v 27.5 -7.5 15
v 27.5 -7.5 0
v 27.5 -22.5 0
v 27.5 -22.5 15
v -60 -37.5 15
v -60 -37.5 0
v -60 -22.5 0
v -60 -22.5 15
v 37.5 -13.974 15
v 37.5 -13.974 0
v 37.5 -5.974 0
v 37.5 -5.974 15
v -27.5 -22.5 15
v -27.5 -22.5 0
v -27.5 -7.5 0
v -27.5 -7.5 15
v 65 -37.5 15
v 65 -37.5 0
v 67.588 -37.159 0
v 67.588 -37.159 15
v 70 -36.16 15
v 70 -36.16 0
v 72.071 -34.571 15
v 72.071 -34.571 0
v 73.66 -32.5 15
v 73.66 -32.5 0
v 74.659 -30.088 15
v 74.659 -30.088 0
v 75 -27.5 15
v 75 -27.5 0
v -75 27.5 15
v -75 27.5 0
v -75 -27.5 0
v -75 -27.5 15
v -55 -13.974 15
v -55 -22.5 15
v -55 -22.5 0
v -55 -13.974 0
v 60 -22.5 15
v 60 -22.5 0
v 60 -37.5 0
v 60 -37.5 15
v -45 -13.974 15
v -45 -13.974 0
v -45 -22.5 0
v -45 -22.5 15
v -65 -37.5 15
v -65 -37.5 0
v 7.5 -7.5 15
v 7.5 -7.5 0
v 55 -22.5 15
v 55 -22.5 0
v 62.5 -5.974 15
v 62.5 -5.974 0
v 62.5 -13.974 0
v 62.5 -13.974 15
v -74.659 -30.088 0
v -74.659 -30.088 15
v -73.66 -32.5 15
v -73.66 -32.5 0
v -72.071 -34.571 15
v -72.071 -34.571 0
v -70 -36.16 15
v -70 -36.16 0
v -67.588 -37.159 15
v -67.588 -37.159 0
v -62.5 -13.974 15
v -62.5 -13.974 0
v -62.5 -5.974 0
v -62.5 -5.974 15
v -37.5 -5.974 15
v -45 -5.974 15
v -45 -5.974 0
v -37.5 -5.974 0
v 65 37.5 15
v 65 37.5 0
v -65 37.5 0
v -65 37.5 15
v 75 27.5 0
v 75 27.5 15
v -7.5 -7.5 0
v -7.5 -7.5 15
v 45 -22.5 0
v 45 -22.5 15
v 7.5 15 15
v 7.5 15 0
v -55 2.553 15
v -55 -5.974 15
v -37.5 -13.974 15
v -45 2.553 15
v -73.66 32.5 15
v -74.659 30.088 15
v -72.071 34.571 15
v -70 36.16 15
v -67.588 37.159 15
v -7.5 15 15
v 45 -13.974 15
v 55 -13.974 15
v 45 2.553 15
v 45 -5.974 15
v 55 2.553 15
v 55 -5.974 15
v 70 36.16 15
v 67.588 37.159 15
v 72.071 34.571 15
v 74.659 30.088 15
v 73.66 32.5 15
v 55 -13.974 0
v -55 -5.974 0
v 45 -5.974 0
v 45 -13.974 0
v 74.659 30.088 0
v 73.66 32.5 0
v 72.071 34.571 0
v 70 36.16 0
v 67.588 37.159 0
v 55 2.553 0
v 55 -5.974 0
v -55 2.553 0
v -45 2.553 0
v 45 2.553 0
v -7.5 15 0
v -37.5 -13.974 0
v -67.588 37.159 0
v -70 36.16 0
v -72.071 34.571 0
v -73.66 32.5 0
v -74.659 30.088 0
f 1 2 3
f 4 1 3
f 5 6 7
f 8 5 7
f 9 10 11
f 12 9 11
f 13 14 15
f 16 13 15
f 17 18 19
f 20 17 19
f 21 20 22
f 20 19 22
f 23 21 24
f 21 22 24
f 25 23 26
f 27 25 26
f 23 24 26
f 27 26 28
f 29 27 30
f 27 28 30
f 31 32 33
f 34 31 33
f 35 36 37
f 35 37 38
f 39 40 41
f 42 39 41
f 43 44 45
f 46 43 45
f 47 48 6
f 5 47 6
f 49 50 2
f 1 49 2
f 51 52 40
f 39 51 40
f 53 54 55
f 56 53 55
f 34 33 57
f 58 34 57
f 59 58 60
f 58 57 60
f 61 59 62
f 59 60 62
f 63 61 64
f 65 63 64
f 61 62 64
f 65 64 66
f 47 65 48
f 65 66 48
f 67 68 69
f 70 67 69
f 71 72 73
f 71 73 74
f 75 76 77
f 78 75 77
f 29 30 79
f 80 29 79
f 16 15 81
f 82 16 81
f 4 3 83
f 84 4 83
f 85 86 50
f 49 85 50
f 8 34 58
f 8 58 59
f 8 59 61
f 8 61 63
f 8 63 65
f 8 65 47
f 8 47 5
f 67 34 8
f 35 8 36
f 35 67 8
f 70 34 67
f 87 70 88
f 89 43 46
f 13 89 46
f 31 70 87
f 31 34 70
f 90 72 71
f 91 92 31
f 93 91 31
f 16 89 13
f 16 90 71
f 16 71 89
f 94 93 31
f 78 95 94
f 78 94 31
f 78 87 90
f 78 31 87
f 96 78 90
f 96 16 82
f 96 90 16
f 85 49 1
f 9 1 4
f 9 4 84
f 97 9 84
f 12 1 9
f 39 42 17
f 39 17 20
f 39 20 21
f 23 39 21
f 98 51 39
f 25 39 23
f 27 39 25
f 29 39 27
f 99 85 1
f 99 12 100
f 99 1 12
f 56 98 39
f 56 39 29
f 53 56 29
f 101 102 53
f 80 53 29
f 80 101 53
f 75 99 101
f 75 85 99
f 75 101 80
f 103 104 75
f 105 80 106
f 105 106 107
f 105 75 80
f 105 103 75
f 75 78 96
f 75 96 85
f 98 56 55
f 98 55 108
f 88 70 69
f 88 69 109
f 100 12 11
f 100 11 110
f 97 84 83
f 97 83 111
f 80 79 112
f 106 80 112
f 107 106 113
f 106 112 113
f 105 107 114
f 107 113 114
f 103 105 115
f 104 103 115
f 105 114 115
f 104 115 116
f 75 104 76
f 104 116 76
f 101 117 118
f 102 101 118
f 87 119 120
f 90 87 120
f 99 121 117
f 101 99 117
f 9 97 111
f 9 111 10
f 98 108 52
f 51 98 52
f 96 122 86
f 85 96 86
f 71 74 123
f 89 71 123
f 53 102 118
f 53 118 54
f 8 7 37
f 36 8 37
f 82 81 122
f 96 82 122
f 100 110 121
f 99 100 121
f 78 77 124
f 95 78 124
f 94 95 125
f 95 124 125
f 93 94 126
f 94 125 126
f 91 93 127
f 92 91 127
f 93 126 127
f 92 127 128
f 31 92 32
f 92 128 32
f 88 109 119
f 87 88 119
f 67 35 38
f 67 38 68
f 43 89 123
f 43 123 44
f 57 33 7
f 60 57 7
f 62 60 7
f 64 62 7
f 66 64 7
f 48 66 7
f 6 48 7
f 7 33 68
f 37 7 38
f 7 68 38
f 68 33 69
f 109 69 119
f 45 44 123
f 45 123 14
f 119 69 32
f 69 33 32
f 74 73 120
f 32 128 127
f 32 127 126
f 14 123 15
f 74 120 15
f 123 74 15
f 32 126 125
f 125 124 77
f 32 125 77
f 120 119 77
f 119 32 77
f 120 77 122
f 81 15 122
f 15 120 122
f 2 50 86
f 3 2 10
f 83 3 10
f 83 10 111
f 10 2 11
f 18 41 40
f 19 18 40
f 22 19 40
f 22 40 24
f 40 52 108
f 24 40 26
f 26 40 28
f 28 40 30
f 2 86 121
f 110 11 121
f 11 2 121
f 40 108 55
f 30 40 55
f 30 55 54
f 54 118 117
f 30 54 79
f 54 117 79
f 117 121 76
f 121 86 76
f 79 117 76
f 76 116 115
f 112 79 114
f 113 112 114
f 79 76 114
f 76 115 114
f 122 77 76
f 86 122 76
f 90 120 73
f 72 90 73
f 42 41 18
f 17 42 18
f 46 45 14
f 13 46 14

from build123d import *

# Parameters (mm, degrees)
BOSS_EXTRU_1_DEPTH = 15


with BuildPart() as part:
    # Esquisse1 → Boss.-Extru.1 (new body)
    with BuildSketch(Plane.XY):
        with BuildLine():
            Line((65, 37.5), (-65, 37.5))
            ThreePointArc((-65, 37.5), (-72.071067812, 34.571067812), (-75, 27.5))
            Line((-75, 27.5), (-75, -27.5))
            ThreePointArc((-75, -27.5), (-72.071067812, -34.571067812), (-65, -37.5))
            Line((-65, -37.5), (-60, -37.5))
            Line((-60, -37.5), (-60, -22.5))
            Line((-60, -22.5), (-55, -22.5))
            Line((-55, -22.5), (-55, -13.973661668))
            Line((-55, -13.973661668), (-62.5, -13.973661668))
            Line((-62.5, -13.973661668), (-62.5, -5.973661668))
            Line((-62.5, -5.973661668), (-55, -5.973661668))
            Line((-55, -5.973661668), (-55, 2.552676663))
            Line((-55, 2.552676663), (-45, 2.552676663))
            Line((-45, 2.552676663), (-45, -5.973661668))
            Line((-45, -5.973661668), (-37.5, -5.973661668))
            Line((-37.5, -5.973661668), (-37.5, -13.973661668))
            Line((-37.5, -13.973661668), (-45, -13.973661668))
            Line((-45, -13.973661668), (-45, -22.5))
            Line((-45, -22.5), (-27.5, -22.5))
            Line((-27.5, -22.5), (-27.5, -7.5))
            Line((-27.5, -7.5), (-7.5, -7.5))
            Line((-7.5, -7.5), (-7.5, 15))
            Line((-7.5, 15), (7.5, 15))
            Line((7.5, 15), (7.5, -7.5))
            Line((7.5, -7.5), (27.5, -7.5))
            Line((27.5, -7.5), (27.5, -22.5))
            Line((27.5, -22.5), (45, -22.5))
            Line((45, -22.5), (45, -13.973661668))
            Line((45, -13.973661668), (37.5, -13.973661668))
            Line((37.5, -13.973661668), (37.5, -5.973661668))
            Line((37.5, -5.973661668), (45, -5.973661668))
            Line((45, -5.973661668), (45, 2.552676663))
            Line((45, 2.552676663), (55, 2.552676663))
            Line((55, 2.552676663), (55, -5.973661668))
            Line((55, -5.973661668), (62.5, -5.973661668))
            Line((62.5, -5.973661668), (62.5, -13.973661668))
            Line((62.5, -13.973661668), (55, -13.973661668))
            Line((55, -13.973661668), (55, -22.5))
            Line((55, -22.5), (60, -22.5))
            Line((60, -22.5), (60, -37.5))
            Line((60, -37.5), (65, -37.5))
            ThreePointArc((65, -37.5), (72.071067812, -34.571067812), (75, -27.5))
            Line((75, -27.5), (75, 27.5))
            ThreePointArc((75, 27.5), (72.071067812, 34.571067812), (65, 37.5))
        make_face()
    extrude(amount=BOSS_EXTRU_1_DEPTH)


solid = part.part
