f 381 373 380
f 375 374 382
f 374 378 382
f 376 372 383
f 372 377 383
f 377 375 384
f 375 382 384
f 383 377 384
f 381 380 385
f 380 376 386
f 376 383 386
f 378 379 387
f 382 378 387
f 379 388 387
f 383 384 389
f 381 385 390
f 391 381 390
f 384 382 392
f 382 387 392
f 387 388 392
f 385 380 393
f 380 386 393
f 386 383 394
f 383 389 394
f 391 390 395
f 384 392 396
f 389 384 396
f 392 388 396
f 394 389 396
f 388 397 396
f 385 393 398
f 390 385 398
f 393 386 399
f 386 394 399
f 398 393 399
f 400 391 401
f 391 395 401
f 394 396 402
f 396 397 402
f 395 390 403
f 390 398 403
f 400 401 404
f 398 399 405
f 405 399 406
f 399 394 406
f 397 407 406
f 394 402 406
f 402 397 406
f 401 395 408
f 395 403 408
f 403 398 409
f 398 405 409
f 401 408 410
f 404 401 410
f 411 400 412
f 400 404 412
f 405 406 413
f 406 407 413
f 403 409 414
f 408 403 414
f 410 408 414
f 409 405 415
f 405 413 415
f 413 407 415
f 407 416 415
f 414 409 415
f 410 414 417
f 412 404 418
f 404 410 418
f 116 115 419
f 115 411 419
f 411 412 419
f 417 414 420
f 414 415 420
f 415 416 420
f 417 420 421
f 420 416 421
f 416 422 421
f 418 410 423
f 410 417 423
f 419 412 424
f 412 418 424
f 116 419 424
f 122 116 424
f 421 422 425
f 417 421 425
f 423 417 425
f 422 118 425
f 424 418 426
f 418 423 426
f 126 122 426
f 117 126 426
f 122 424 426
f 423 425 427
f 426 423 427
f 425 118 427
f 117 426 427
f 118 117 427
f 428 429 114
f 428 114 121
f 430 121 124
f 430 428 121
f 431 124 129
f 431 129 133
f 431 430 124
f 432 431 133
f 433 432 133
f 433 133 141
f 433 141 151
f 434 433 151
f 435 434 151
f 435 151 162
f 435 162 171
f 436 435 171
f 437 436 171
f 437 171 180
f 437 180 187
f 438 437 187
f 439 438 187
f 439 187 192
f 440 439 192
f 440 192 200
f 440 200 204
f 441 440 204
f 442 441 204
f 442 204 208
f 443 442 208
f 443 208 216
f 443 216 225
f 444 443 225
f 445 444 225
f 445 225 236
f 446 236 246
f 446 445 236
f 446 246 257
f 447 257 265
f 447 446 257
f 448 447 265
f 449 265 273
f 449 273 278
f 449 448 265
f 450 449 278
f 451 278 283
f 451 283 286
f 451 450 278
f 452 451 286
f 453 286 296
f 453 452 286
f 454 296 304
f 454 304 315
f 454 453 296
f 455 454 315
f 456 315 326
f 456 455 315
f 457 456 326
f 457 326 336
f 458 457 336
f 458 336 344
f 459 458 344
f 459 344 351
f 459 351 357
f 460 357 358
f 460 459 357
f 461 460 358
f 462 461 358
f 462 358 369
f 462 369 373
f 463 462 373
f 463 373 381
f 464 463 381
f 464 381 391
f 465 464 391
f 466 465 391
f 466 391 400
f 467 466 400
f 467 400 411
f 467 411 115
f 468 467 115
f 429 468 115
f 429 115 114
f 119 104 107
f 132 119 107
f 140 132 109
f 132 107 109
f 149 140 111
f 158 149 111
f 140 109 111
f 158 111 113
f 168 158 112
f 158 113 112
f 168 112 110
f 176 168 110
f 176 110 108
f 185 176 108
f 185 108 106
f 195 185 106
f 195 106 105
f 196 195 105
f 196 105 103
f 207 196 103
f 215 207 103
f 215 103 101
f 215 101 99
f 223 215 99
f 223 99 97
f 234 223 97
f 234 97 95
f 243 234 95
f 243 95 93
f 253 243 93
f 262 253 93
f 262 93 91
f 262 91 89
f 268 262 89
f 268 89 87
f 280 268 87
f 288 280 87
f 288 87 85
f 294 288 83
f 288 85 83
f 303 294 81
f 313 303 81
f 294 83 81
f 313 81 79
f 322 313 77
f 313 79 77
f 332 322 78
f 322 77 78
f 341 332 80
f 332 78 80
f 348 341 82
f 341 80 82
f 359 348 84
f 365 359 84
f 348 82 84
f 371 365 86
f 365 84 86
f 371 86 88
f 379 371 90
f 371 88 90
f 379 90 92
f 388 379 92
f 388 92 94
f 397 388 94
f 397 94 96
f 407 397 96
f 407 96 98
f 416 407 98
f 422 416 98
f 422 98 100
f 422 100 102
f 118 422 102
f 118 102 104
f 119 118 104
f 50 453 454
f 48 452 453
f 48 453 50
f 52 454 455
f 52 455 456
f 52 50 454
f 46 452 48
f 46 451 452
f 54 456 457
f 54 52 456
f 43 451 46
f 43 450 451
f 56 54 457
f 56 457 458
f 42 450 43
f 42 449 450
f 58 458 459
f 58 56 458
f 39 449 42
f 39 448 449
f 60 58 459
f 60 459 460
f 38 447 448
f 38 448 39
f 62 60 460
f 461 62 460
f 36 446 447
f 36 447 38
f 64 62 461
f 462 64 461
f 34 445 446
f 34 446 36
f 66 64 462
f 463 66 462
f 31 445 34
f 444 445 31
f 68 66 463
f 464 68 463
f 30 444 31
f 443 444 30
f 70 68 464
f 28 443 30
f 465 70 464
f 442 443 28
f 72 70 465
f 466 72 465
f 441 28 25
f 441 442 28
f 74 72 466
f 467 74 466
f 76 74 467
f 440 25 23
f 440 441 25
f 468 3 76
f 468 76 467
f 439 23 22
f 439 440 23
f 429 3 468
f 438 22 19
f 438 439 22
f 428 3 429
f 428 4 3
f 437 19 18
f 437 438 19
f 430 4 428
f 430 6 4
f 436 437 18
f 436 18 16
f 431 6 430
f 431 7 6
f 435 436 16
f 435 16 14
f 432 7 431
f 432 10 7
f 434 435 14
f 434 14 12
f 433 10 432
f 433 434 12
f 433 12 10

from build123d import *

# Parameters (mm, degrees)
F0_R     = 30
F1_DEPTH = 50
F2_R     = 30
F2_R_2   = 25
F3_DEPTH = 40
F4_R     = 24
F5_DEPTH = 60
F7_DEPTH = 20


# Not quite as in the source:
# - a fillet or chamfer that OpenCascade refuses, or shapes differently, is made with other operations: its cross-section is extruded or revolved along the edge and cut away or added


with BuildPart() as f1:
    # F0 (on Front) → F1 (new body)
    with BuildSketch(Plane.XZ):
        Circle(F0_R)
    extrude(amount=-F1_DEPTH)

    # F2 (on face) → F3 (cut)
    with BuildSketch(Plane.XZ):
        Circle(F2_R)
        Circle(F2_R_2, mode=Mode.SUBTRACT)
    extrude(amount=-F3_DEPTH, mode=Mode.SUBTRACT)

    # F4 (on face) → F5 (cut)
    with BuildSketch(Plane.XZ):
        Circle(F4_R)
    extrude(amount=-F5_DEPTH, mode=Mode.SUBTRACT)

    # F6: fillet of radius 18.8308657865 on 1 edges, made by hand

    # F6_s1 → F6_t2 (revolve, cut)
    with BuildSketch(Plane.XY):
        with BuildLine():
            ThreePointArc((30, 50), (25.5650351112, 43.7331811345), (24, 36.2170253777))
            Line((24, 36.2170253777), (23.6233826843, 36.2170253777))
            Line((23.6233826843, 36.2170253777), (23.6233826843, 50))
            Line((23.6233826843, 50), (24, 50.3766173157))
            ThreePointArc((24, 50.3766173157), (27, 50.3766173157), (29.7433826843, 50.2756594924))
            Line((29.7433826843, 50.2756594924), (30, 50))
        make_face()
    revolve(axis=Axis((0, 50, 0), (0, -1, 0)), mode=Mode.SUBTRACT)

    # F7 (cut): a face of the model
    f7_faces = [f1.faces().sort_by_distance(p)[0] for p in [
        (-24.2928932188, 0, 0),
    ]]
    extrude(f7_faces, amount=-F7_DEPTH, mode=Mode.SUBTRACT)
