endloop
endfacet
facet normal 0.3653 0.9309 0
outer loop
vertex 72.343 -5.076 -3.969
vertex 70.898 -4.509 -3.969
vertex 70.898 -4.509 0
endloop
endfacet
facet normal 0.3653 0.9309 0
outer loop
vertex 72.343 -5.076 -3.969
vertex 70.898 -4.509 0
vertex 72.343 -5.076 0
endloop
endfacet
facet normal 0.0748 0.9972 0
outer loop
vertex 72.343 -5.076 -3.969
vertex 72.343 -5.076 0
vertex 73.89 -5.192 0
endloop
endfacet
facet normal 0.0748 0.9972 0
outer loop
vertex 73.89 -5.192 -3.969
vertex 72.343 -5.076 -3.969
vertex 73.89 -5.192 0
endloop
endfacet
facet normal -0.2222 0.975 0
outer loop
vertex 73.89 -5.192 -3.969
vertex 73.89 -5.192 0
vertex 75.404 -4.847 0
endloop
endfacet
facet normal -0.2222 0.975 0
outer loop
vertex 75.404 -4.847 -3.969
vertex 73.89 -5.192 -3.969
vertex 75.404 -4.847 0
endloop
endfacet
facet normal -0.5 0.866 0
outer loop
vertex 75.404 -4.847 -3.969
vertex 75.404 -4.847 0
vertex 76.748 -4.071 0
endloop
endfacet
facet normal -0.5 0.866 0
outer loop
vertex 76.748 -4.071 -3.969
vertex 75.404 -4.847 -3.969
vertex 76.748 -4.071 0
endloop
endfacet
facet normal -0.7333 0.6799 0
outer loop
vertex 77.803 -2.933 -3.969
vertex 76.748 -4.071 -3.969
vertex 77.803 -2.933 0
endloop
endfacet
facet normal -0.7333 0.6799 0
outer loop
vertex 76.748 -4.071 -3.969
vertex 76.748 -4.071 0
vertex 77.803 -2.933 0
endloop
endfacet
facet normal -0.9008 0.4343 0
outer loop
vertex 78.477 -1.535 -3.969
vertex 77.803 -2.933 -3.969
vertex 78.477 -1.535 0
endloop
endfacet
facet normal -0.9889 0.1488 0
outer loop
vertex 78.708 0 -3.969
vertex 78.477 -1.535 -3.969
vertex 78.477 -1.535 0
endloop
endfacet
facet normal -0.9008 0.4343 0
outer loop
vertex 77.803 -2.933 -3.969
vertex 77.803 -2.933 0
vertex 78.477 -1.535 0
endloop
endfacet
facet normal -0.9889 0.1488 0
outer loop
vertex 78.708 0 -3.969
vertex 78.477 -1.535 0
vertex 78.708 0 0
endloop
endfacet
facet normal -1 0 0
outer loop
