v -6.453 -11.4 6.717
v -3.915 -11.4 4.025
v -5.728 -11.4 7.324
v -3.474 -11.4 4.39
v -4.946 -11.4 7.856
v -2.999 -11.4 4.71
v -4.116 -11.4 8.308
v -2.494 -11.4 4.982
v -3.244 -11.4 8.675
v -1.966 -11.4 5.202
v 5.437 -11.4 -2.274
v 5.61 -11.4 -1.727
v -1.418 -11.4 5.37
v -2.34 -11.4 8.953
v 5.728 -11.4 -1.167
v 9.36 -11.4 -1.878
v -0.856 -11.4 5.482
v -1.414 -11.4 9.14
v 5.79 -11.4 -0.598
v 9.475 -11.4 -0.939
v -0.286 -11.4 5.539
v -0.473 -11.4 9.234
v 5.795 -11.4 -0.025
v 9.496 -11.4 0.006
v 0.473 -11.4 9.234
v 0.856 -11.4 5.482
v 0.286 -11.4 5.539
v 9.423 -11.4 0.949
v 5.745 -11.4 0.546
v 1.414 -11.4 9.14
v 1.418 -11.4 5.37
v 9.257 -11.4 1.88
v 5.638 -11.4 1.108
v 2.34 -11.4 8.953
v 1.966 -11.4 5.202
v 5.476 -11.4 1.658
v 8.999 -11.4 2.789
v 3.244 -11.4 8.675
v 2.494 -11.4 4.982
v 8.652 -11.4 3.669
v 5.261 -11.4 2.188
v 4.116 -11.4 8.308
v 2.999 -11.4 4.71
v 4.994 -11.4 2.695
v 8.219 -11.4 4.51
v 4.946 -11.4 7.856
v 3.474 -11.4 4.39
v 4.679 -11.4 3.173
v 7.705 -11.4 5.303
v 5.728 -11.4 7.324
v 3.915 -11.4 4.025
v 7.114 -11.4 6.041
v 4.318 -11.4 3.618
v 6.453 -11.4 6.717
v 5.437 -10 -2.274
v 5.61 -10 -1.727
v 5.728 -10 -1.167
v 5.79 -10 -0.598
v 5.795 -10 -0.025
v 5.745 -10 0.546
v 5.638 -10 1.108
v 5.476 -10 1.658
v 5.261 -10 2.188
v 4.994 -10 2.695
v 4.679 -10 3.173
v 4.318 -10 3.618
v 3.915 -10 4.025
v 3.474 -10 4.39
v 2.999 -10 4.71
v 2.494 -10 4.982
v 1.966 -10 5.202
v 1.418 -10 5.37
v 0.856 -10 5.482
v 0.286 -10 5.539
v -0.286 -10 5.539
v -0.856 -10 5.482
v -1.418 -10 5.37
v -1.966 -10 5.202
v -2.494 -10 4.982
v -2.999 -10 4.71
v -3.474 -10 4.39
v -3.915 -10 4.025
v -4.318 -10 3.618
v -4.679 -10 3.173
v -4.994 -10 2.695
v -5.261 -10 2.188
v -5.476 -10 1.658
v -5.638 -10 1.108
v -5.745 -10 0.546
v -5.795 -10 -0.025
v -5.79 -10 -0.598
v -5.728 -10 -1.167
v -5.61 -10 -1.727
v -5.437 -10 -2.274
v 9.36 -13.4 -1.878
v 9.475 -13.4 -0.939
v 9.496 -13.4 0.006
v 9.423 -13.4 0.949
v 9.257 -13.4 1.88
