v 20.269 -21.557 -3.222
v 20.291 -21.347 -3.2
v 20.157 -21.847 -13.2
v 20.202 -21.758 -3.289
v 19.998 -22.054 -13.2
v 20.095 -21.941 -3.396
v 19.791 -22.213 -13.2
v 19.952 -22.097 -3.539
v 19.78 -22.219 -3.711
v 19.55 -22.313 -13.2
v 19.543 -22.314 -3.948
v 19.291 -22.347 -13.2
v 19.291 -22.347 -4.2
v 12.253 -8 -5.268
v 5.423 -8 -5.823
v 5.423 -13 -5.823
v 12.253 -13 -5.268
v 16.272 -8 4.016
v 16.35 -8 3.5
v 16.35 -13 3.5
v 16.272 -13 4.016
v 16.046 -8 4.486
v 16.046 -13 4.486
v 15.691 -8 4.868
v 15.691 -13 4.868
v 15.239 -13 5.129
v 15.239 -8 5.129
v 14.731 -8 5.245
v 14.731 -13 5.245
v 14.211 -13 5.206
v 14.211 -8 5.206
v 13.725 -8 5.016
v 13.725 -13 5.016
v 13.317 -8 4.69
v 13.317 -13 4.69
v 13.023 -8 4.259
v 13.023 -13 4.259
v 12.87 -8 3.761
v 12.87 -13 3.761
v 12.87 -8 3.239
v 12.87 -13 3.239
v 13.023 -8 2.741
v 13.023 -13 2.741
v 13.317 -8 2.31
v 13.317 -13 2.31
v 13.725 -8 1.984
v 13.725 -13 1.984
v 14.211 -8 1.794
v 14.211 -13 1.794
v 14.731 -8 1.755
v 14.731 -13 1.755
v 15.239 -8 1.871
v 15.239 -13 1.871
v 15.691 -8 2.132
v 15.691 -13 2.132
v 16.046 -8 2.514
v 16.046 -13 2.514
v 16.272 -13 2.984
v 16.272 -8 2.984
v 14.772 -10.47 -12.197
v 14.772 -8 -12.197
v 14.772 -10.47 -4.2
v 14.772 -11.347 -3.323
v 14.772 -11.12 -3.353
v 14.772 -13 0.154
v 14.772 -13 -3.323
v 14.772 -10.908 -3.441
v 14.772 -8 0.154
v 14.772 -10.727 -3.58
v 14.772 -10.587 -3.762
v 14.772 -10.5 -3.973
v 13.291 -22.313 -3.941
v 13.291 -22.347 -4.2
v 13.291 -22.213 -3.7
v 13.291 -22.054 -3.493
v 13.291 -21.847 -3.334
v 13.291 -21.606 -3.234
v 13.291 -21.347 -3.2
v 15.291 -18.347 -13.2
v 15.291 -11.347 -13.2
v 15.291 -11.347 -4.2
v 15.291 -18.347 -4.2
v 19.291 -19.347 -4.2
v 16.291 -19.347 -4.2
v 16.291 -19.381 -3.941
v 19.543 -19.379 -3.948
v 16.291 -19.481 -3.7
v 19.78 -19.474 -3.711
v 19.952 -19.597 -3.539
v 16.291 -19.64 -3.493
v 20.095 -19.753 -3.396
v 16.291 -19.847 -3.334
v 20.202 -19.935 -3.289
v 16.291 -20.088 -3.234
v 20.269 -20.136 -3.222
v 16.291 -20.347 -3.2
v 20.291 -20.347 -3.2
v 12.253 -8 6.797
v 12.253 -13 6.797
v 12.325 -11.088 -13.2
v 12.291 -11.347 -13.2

-- DESCRIPTION OF THE TASK --
Copy all lines from the entries that contain the word "fillet".

-- TASK RESULT --
# - a fillet or chamfer that OpenCascade refuses, or shapes differently, is made with other operations: its cross-section is extruded or revolved along the edge and cut away or added
    # F6: fillet of radius 18.8308657865 on 1 edges, made by hand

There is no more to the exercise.